Work request: Among the lines of the material below, how many carry the word "through"? Only the number is wanted.

Information:

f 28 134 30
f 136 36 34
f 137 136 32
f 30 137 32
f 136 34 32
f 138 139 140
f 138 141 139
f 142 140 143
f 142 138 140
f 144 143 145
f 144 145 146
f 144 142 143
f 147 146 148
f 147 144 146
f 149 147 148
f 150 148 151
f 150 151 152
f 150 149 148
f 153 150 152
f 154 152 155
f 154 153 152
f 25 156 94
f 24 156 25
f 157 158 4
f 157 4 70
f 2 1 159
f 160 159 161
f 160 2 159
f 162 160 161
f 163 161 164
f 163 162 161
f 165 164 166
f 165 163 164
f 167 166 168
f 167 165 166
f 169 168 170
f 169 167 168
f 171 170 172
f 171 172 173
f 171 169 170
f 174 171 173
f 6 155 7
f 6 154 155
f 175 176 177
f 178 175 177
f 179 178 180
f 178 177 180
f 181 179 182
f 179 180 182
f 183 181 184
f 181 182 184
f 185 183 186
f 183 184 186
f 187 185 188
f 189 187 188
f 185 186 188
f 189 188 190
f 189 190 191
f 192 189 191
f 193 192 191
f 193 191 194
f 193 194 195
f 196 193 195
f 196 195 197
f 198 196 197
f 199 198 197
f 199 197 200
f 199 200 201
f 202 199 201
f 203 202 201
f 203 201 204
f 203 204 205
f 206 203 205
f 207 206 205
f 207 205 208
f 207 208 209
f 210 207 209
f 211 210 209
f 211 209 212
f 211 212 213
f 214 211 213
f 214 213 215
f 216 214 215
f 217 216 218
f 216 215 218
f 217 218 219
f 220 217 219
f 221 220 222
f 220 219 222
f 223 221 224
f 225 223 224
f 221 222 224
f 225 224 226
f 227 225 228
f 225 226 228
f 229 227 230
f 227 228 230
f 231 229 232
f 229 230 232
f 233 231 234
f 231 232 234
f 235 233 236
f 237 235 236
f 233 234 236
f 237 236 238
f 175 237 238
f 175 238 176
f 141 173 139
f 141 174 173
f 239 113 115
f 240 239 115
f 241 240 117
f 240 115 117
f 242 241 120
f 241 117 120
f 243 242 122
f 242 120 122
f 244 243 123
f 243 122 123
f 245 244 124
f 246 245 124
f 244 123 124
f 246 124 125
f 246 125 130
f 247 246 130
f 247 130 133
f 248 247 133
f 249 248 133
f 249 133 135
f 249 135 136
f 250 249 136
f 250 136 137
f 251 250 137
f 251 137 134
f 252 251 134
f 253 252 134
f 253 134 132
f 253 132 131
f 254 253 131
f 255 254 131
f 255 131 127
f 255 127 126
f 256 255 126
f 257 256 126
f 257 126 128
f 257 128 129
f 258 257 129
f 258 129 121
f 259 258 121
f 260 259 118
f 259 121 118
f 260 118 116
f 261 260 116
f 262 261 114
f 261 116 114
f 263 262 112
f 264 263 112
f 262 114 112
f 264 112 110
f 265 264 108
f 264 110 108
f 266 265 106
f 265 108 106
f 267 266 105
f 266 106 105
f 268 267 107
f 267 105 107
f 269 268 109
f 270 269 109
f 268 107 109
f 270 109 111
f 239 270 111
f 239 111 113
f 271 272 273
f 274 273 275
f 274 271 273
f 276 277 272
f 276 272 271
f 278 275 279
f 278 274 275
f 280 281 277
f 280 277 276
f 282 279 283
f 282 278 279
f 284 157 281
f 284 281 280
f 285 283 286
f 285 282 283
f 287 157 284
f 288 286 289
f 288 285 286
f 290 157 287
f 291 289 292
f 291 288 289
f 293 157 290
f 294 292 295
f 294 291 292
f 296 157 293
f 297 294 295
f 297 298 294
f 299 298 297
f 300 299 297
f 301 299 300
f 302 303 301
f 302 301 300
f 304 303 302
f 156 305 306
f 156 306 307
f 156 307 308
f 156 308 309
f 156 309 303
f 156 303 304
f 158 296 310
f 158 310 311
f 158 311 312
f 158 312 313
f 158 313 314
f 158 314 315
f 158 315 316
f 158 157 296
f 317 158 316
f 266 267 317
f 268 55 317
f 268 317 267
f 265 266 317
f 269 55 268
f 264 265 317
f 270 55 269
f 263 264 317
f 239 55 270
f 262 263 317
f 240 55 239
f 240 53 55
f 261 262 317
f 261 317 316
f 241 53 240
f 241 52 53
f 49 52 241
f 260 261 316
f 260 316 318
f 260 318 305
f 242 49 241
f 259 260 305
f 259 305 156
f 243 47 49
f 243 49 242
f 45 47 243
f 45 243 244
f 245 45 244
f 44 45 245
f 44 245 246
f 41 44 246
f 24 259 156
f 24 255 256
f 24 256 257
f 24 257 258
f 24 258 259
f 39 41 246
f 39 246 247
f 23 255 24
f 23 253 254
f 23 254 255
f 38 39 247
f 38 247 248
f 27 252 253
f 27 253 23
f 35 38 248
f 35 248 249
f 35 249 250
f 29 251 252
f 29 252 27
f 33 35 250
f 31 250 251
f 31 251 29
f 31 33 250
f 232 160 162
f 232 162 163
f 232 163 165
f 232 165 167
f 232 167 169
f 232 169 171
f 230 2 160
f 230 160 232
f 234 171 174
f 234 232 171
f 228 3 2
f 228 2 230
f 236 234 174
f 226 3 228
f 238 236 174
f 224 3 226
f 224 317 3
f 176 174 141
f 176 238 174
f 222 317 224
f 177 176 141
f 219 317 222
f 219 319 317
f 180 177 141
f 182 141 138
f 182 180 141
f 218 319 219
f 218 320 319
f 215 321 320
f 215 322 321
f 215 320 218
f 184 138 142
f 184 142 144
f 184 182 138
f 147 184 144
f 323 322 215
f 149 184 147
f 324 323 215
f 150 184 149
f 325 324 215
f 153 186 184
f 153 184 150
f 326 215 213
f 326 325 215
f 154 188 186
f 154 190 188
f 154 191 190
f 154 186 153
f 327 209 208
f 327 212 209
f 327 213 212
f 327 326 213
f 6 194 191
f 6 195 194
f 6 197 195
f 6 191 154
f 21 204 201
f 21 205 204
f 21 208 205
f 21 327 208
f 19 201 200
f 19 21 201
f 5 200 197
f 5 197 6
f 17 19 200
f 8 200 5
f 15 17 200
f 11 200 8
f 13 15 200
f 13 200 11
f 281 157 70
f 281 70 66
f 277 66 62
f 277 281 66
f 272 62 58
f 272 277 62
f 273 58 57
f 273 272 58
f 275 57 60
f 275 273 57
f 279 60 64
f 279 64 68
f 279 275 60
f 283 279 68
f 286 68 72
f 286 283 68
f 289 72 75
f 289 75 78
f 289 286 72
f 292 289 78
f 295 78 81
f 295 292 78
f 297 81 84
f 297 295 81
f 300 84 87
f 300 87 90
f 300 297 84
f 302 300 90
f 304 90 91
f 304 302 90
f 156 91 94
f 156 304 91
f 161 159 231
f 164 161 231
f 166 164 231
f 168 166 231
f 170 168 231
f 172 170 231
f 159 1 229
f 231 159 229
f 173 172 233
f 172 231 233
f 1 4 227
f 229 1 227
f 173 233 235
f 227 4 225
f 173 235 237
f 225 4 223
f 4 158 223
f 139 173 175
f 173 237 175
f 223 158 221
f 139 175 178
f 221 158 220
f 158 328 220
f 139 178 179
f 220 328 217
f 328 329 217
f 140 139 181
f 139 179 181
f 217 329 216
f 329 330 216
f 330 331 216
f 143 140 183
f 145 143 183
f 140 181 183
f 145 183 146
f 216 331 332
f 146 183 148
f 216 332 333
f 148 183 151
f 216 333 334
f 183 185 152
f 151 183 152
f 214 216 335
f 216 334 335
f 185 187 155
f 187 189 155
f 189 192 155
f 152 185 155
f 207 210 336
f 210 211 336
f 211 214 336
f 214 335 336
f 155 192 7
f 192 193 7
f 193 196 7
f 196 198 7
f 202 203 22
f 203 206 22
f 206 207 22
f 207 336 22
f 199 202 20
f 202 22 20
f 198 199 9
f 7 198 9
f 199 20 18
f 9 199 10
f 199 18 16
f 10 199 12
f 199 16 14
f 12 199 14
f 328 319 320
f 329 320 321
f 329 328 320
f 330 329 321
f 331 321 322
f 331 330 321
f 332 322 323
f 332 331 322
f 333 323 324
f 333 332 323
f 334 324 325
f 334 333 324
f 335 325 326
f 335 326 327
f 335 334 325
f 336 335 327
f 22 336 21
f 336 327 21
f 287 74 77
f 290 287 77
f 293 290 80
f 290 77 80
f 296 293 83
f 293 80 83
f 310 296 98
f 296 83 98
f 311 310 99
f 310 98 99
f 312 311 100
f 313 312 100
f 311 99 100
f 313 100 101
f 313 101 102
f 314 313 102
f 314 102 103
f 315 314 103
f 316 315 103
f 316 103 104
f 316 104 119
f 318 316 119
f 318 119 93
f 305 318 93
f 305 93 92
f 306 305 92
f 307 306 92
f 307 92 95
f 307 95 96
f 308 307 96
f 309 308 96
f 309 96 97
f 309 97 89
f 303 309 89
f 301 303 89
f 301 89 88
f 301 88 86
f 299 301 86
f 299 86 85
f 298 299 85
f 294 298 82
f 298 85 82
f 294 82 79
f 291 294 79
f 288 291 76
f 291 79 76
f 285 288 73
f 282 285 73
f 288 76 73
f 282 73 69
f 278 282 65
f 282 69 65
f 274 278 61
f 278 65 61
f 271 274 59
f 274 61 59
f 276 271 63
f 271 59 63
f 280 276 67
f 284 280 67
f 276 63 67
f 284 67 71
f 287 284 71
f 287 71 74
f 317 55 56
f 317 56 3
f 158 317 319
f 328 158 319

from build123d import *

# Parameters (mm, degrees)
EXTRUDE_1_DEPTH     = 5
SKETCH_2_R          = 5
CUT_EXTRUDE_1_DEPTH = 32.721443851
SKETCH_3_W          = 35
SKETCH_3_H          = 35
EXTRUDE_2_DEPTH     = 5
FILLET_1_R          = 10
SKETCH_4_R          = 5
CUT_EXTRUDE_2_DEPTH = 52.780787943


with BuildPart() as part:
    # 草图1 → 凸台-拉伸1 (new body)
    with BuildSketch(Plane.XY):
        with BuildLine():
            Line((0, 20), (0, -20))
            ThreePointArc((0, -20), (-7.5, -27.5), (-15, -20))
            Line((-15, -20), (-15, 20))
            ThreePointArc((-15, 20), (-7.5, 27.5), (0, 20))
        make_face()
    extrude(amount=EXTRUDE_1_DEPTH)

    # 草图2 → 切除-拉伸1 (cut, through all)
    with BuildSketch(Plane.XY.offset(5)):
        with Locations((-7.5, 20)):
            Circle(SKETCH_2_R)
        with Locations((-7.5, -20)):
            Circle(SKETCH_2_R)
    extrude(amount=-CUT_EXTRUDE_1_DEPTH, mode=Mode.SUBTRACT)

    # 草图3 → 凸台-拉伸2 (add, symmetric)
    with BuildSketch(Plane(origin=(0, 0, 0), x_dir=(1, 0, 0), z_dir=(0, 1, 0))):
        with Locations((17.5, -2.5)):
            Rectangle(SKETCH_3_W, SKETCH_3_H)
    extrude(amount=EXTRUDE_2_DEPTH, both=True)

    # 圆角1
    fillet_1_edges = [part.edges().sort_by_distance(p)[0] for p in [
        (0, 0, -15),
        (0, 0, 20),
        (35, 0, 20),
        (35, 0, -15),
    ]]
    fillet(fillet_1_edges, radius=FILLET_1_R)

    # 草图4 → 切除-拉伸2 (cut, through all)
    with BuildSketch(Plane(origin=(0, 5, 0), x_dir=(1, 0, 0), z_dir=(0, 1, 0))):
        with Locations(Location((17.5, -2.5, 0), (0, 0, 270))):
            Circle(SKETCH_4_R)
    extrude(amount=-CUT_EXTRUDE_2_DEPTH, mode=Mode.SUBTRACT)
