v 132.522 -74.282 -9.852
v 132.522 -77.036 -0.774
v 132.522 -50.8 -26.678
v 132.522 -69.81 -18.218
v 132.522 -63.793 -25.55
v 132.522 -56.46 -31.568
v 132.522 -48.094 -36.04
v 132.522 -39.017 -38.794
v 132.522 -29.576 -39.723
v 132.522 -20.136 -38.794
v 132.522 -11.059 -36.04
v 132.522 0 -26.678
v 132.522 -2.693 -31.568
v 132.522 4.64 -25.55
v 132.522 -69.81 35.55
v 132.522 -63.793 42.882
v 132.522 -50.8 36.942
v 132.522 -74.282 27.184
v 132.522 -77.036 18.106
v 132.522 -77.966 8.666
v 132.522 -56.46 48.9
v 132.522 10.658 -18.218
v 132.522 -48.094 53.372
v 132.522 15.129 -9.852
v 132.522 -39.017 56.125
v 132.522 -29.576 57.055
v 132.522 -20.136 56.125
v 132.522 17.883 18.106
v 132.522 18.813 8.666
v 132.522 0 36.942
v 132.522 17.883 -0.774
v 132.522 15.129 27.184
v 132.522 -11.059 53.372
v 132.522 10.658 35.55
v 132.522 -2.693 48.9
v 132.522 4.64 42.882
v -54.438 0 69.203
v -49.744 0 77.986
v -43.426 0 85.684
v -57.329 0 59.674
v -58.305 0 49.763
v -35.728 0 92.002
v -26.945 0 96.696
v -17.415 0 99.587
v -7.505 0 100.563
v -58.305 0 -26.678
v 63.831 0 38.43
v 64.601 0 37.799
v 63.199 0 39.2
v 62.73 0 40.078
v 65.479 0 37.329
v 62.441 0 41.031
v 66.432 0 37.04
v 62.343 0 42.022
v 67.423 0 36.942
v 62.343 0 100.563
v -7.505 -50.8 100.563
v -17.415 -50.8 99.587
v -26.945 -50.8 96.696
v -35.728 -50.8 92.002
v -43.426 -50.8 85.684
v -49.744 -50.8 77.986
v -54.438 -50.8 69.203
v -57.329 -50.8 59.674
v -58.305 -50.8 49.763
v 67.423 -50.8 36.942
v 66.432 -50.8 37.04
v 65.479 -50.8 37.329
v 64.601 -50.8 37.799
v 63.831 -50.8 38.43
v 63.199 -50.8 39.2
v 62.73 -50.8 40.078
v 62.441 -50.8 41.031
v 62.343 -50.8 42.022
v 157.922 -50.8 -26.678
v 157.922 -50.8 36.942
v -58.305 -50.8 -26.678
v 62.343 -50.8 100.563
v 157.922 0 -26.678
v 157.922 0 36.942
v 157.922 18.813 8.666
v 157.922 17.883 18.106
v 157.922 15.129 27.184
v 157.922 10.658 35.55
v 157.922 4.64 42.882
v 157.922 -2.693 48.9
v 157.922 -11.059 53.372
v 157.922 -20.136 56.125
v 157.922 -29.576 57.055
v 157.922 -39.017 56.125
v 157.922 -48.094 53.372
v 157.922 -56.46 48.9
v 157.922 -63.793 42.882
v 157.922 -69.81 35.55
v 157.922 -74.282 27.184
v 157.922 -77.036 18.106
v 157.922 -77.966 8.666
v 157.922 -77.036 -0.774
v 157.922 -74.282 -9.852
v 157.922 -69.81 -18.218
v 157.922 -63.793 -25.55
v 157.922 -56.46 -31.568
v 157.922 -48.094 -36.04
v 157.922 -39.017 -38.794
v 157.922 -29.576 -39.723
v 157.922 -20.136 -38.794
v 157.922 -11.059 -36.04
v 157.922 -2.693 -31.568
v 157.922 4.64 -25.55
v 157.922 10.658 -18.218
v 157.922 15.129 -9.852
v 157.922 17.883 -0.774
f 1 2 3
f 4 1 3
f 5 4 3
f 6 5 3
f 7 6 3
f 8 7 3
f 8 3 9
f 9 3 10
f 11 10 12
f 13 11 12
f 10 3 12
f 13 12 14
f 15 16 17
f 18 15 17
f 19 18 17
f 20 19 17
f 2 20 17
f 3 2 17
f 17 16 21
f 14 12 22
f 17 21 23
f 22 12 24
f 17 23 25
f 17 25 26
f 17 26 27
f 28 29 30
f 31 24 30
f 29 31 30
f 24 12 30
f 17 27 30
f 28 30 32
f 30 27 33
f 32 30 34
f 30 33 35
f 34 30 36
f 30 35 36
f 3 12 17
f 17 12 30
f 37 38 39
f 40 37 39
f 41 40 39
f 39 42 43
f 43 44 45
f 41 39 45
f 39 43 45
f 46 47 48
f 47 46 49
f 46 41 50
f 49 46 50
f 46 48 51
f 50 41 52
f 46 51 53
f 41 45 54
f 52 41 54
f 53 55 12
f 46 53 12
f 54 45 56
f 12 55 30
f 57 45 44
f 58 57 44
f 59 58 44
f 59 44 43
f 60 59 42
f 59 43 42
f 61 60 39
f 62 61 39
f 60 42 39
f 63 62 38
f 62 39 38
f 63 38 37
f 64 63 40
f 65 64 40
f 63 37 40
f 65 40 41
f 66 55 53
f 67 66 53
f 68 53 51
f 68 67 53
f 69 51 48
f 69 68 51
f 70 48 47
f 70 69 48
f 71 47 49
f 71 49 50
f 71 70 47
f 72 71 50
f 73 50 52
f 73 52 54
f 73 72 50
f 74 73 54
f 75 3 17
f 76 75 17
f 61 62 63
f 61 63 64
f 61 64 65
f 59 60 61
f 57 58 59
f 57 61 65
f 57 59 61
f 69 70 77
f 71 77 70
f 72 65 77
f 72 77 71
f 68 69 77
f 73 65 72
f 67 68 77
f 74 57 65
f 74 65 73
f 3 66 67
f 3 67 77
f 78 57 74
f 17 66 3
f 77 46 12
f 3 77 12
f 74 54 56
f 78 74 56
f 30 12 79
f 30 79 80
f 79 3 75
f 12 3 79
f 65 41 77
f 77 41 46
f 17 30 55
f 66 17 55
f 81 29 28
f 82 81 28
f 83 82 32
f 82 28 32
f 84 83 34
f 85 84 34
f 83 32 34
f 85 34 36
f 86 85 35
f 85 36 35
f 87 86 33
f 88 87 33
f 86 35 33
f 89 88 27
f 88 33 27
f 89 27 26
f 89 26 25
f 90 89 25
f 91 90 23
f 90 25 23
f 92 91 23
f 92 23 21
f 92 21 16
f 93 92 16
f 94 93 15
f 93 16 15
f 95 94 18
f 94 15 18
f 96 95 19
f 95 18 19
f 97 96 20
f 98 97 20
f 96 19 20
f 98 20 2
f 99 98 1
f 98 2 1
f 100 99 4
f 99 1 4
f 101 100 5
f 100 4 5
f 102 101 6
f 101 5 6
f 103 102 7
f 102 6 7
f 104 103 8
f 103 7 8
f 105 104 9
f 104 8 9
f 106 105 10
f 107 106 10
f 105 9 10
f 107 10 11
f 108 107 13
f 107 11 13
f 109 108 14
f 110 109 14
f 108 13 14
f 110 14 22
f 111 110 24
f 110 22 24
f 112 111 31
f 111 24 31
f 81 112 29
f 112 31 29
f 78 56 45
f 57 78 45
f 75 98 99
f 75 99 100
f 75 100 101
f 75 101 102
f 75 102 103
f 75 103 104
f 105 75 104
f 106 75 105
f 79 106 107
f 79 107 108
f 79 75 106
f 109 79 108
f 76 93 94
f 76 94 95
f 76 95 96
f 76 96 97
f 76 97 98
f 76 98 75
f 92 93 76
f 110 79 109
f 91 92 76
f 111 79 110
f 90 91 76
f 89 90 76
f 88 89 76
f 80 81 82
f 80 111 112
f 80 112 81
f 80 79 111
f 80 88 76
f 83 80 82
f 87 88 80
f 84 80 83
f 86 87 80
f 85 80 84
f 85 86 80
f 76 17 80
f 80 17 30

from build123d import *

# Parameters (mm, degrees)
F1_DEPTH = 50.8
F2_R     = 5.08
F3_R     = 48.38921
F3_W     = 50.8
F3_H     = 63.620596
F4_DEPTH = 25.4


with BuildPart() as f1:
    # F0 (on Front) → F1 (new body)
    with BuildSketch(Plane.XZ):
        with BuildLine():
            Line((62.343281, 100.563001), (-7.50485, 100.563001))
            ThreePointArc((-7.50485, 100.563001), (-43.425874, 85.684025), (-58.30485, 49.763001))
            Line((-58.30485, 49.763001), (-58.30485, -26.678191))
            Line((-58.30485, -26.678191), (62.343281, -26.678191))
            Line((62.343281, -26.678191), (132.522136, -26.678191))
            Line((132.522136, -26.678191), (132.522136, 36.942405))
            Line((132.522136, 36.942405), (62.343281, 36.942405))
            Line((62.343281, 36.942405), (62.343281, 100.563001))
        make_face()
    extrude(amount=F1_DEPTH)

    # F2
    f2_edges = [f1.edges().sort_by_distance(p)[0] for p in [
        (62.343281, -25.4, 36.942405),
    ]]
    fillet(f2_edges, radius=F2_R)


with BuildPart() as f4:
    # F3 (on face) → F4 (new body)
    with BuildSketch(Plane.YZ.offset(132.522136)):
        with Locations((-29.576318, 8.665922)):
            Circle(F3_R)
        with Locations((-25.4, 5.132107)):
            Rectangle(F3_W, F3_H, mode=Mode.SUBTRACT)
    extrude(amount=F4_DEPTH)


solid = Compound([f1.part, f4.part])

Task output: 2